Seated Overhead Barbell Press

- Sit on a bench that adjusts to 90 degrees.
- Take an overhand grip slightly wider than shoulder width and start with the bar under your chin and just above your upper chest.
- Press the bar straight up overhead until your arms are fully extended but not completely locked out.
- Slowly lower the bar back to the start position and repeat.
* Between each circuit, complete 5 minutes on treadmill, StepMill, or elliptical at 70-75% MHR.
Stiff-Legged Deadlift
- Stand erect holding a barbell with a shoulder-width, overhand grip, and feet 6-8 inches apart.

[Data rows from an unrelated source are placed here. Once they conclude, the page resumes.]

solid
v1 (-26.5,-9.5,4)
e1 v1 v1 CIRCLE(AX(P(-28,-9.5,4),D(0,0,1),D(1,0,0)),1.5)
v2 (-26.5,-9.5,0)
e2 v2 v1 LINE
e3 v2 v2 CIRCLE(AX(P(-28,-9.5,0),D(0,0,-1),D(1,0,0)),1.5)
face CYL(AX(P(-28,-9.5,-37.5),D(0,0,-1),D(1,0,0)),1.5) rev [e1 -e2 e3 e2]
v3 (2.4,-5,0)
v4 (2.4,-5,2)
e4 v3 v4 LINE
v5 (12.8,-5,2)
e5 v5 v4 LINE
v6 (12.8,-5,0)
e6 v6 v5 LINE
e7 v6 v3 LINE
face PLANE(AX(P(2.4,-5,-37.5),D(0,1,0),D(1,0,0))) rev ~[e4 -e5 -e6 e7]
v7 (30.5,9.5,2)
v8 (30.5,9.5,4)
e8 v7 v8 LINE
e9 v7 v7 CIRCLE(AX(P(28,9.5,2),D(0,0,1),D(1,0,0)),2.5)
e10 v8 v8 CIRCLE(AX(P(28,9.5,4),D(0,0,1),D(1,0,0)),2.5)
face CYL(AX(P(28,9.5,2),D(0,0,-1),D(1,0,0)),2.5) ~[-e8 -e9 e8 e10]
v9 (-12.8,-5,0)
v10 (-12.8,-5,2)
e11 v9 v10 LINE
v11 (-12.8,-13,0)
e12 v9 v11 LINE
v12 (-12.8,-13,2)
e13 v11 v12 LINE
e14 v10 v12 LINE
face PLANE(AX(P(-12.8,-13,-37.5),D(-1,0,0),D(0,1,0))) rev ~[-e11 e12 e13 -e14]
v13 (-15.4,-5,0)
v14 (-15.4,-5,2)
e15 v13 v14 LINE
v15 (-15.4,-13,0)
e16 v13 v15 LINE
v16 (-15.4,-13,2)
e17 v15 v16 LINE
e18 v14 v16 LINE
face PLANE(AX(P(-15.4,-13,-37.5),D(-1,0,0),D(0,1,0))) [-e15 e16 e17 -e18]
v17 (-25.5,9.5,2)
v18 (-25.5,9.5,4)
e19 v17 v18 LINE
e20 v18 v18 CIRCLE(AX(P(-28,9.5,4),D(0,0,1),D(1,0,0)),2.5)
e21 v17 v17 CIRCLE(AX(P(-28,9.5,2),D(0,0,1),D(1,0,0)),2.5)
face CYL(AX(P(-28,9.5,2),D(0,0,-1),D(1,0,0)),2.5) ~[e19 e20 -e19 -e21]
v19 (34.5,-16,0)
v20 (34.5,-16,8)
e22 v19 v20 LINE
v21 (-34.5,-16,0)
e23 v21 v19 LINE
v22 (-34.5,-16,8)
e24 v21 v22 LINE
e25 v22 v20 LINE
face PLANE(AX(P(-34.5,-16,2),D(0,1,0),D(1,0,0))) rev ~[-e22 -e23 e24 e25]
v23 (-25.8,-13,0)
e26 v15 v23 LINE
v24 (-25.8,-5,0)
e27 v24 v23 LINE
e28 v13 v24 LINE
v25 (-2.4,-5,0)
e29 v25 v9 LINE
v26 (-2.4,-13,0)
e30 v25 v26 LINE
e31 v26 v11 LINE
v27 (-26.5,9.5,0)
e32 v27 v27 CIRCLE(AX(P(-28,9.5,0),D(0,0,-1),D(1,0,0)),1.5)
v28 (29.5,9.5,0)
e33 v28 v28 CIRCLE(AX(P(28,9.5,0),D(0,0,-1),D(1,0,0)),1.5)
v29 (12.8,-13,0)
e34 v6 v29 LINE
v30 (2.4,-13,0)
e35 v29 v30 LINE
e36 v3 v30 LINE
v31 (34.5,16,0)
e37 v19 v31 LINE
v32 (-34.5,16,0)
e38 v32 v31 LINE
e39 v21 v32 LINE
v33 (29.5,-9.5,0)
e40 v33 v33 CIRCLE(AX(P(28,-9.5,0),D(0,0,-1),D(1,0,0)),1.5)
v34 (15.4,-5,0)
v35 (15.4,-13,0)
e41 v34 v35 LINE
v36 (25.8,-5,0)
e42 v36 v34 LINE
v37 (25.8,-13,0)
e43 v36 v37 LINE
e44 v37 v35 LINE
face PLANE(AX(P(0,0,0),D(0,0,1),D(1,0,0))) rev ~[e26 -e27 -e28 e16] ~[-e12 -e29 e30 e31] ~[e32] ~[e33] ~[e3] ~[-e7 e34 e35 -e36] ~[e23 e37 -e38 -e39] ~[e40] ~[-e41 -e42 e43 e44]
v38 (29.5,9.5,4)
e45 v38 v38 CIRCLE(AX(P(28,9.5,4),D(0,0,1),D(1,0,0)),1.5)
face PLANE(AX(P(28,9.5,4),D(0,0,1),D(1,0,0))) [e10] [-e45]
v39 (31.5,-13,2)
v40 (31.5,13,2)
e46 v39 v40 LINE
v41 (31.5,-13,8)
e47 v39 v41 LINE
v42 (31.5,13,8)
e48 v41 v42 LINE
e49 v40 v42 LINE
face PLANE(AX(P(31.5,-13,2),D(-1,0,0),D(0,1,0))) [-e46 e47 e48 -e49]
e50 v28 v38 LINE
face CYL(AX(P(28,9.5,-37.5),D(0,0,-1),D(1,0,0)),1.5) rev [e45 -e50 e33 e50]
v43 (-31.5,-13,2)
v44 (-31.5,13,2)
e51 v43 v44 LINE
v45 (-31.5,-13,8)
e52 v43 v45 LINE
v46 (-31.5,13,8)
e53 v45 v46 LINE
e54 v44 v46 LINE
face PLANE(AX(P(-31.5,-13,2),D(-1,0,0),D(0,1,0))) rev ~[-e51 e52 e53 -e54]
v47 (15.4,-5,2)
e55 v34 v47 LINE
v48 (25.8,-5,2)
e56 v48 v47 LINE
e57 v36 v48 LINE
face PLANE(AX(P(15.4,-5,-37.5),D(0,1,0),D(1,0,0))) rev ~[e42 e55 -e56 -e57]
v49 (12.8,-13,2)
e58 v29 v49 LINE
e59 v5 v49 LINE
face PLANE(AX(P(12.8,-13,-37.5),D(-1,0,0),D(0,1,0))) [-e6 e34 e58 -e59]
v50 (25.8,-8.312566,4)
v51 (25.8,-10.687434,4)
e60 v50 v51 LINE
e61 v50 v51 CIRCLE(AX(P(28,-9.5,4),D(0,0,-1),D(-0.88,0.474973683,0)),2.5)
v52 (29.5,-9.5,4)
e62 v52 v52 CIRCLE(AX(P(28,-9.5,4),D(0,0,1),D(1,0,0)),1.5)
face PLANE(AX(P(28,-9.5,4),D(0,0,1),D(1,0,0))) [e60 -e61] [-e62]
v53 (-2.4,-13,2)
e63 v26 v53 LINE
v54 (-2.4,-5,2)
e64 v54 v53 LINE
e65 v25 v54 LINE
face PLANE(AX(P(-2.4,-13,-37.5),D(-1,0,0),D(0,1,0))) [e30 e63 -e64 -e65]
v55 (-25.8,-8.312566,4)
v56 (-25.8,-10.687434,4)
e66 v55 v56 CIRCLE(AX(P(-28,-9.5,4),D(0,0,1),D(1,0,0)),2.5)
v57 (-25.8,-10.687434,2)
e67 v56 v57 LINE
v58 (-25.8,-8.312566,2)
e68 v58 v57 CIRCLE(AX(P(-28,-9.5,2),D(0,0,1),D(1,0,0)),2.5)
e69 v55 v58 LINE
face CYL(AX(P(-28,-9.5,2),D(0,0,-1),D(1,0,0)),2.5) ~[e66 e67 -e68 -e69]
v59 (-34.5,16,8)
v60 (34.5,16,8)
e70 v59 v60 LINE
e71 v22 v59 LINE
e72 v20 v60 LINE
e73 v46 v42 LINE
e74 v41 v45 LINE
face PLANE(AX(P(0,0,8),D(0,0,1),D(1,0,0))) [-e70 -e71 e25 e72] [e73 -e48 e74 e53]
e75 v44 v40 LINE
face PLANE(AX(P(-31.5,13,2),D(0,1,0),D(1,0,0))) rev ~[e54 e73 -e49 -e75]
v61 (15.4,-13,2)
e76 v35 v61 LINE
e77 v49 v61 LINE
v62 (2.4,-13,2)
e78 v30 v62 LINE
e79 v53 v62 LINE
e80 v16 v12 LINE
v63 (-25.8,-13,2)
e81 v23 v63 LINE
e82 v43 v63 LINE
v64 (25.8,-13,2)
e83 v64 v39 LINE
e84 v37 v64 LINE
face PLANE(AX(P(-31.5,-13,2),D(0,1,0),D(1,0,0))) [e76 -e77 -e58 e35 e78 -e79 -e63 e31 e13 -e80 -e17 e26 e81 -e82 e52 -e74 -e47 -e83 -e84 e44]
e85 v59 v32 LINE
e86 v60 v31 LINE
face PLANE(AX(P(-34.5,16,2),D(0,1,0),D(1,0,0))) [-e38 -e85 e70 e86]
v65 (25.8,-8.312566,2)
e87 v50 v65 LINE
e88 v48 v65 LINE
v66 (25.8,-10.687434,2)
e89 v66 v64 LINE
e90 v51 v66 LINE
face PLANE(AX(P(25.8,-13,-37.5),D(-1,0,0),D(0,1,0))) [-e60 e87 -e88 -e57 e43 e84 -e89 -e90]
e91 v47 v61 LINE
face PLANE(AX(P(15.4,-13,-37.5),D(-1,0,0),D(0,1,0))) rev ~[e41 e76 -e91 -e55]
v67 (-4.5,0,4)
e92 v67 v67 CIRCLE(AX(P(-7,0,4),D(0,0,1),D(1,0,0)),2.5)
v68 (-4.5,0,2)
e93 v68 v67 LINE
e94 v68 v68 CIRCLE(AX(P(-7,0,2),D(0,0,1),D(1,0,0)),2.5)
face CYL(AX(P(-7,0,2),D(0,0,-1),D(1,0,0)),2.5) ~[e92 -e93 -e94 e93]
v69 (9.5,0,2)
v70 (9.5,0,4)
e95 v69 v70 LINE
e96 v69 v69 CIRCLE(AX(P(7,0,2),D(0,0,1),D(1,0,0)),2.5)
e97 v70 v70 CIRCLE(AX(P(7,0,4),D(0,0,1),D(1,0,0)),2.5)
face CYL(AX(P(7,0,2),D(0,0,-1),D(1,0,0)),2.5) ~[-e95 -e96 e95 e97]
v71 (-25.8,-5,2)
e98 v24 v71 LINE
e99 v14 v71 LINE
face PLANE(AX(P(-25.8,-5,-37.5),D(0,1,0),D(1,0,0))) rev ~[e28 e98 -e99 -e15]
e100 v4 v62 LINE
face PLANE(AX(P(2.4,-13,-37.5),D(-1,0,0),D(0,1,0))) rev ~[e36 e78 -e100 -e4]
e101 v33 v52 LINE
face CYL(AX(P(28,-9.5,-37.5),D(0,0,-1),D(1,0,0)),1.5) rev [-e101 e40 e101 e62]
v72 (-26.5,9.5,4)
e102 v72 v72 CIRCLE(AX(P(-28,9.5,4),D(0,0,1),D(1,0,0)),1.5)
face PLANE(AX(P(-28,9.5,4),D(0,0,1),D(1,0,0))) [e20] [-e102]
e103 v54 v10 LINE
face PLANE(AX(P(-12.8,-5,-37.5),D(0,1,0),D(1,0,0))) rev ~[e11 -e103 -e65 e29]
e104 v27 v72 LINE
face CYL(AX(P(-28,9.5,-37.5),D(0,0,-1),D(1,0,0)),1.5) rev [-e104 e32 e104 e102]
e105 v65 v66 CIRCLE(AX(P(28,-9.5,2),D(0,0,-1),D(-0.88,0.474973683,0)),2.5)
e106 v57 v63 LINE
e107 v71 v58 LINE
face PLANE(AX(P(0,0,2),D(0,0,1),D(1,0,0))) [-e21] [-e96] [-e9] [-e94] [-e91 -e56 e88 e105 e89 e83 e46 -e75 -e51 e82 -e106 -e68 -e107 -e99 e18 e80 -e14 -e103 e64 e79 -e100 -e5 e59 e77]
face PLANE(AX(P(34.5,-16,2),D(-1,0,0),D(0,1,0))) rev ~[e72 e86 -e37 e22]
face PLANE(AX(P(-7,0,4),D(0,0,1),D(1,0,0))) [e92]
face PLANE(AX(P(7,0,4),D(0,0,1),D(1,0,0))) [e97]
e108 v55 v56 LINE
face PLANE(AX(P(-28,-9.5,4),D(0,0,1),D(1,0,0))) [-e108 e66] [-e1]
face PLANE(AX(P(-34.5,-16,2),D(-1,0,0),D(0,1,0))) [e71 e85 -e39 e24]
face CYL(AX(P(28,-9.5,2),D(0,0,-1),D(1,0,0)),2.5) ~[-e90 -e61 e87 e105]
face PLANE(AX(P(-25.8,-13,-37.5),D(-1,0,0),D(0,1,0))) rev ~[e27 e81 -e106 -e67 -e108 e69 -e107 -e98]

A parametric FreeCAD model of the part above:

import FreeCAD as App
import Part
import Sketcher
from FreeCAD import Vector


def add_polygon(sketch, points):
    """Adds a closed chain of lines whose ends are joined by coincident constraints."""
    first, n = sketch.GeometryCount, len(points)
    for a, b in zip(points, points[1:] + points[:1]):
        sketch.addGeometry(Part.LineSegment(App.Vector(*a, 0), App.Vector(*b, 0)), False)
    for i in range(n):
        sketch.addConstraint(Sketcher.Constraint("Coincident", first + i, 2, first + (i + 1) % n, 1))

doc = App.newDocument("Part")
params = doc.addObject("Spreadsheet::Sheet", "Params")
for row, (alias, value) in enumerate([
    ("sketch1_width", "69 mm"),
    ("sketch1_height", "32 mm"),
    ("pad1_length", "2 mm"),
    ("sketch2_width", "69 mm"),
    ("sketch2_width2", "63 mm"),
    ("sketch2_height", "32 mm"),
    ("sketch2_height2", "26 mm"),
    ("pad2_length", "6 mm"),
    ("sketch3_diameter", "5 mm"),
    ("sketch3_diameter2", "3 mm"),
    ("pad3_length", "2 mm"),
    ("sketch4_diameter", "3 mm"),
    ("sketch4_height", "8 mm"),
    ("sketch4_width", "10.4 mm"),
], start=1):
    params.set(f"A{row}", alias)
    params.set(f"B{row}", "=" + value)
    params.setAlias(f"B{row}", alias)

body = doc.addObject("PartDesign::Body", "Body")

# Sketch on XY plane
sketch1 = body.newObject("Sketcher::SketchObject", "Sketch")
sketch1.AttachmentSupport = (doc.getObject("XY_Plane"), [""])
sketch1.MapMode = "FlatFace"
add_polygon(sketch1, [(-34.5, 16), (-34.5, -16), (34.5, -16), (34.5, 16)])  # lines 0-3
sketch1.addConstraint([
    Sketcher.Constraint("Vertical", 0),
    Sketcher.Constraint("Horizontal", 1),
    Sketcher.Constraint("Vertical", 2),
    Sketcher.Constraint("Horizontal", 3),
    Sketcher.Constraint("Symmetric", 0, 2, 2, 2, -1, 1),
    Sketcher.Constraint("DistanceX", 1, 1, 1, 2, 69.0),
    Sketcher.Constraint("DistanceY", 0, 2, 0, 1, 32.0),
])
sketch1.setExpression("Constraints[9]", "Params.sketch1_width")
sketch1.setExpression("Constraints[10]", "Params.sketch1_height")
pad1 = body.newObject("PartDesign::Pad", "Pad")
pad1.Profile = sketch1
pad1.setExpression("Length", "Params.pad1_length")

# Sketch on XY plane
sketch2 = body.newObject("Sketcher::SketchObject", "Sketch001")
sketch2.AttachmentSupport = (doc.getObject("XY_Plane"), [""])
sketch2.MapMode = "FlatFace"
sketch2.AttachmentOffset = App.Placement(Vector(0, 0, 2), App.Rotation())
add_polygon(sketch2, [(-34.5, 16), (-34.5, -16), (34.5, -16), (34.5, 16)])  # lines 0-3
add_polygon(sketch2, [(31.5, -13), (-31.5, -13), (-31.5, 13), (31.5, 13)])  # lines 4-7
sketch2.addConstraint([
    Sketcher.Constraint("Vertical", 0),
    Sketcher.Constraint("Horizontal", 1),
    Sketcher.Constraint("Vertical", 2),
    Sketcher.Constraint("Horizontal", 3),
    Sketcher.Constraint("Horizontal", 4),
    Sketcher.Constraint("Vertical", 5),
    Sketcher.Constraint("Horizontal", 6),
    Sketcher.Constraint("Vertical", 7),
    Sketcher.Constraint("Symmetric", 0, 2, 2, 2, -1, 1),
    Sketcher.Constraint("Symmetric", 4, 2, 6, 2, -1, 1),
    Sketcher.Constraint("DistanceX", 1, 1, 1, 2, 69.0),
    Sketcher.Constraint("DistanceX", 4, 2, 4, 1, 63.0),
    Sketcher.Constraint("DistanceY", 0, 2, 0, 1, 32.0),
    Sketcher.Constraint("DistanceY", 5, 1, 5, 2, 26.0),
])
sketch2.setExpression("Constraints[18]", "Params.sketch2_width")
sketch2.setExpression("Constraints[19]", "Params.sketch2_width2")
sketch2.setExpression("Constraints[20]", "Params.sketch2_height")
sketch2.setExpression("Constraints[21]", "Params.sketch2_height2")
pad2 = body.newObject("PartDesign::Pad", "Pad001")
pad2.Profile = sketch2
pad2.setExpression("Length", "Params.pad2_length")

- Keeping your chest high, abs tight, and knees slightly bent, lean forward at the hips, letting the bar naturally track away from your body.
- Pause when you feel a good stretch, then carefully reverse the motion by contracting your glutes and hamstrings, allowing the bar to come closer to your body as you approach the top position.
- Squeeze your abs, back, and glutes at the top.
Leg Press
- Sit squarely in a leg-press machine and place your feet on the platform, shoulder width apart.
- Keeping your chest up and your lower back pressed into the backpad, lift the sled, and unlatch the safeties.
- Bend your knees to lower the weight toward you, stopping before your lower back and glutes lift off the pad.
- Pause for a moment, then extend your legs to press the weight up, stopping just short of locking out your knees.
- Squeeze your thighs hard at the top and repeat.
Four Weeks To Fit: The Diet
As with the training portion of this program, the diet is broken down into two phases over four weeks.
Phase One: Weeks 1-2
- You must eat fewer calories than your body is used to in order to drop body fat. When a calorie deficit is created, the body responds by collecting from fat reserves, and you get leaner. In this phase, you'll eat between 1,400 and 1,500 calories per day.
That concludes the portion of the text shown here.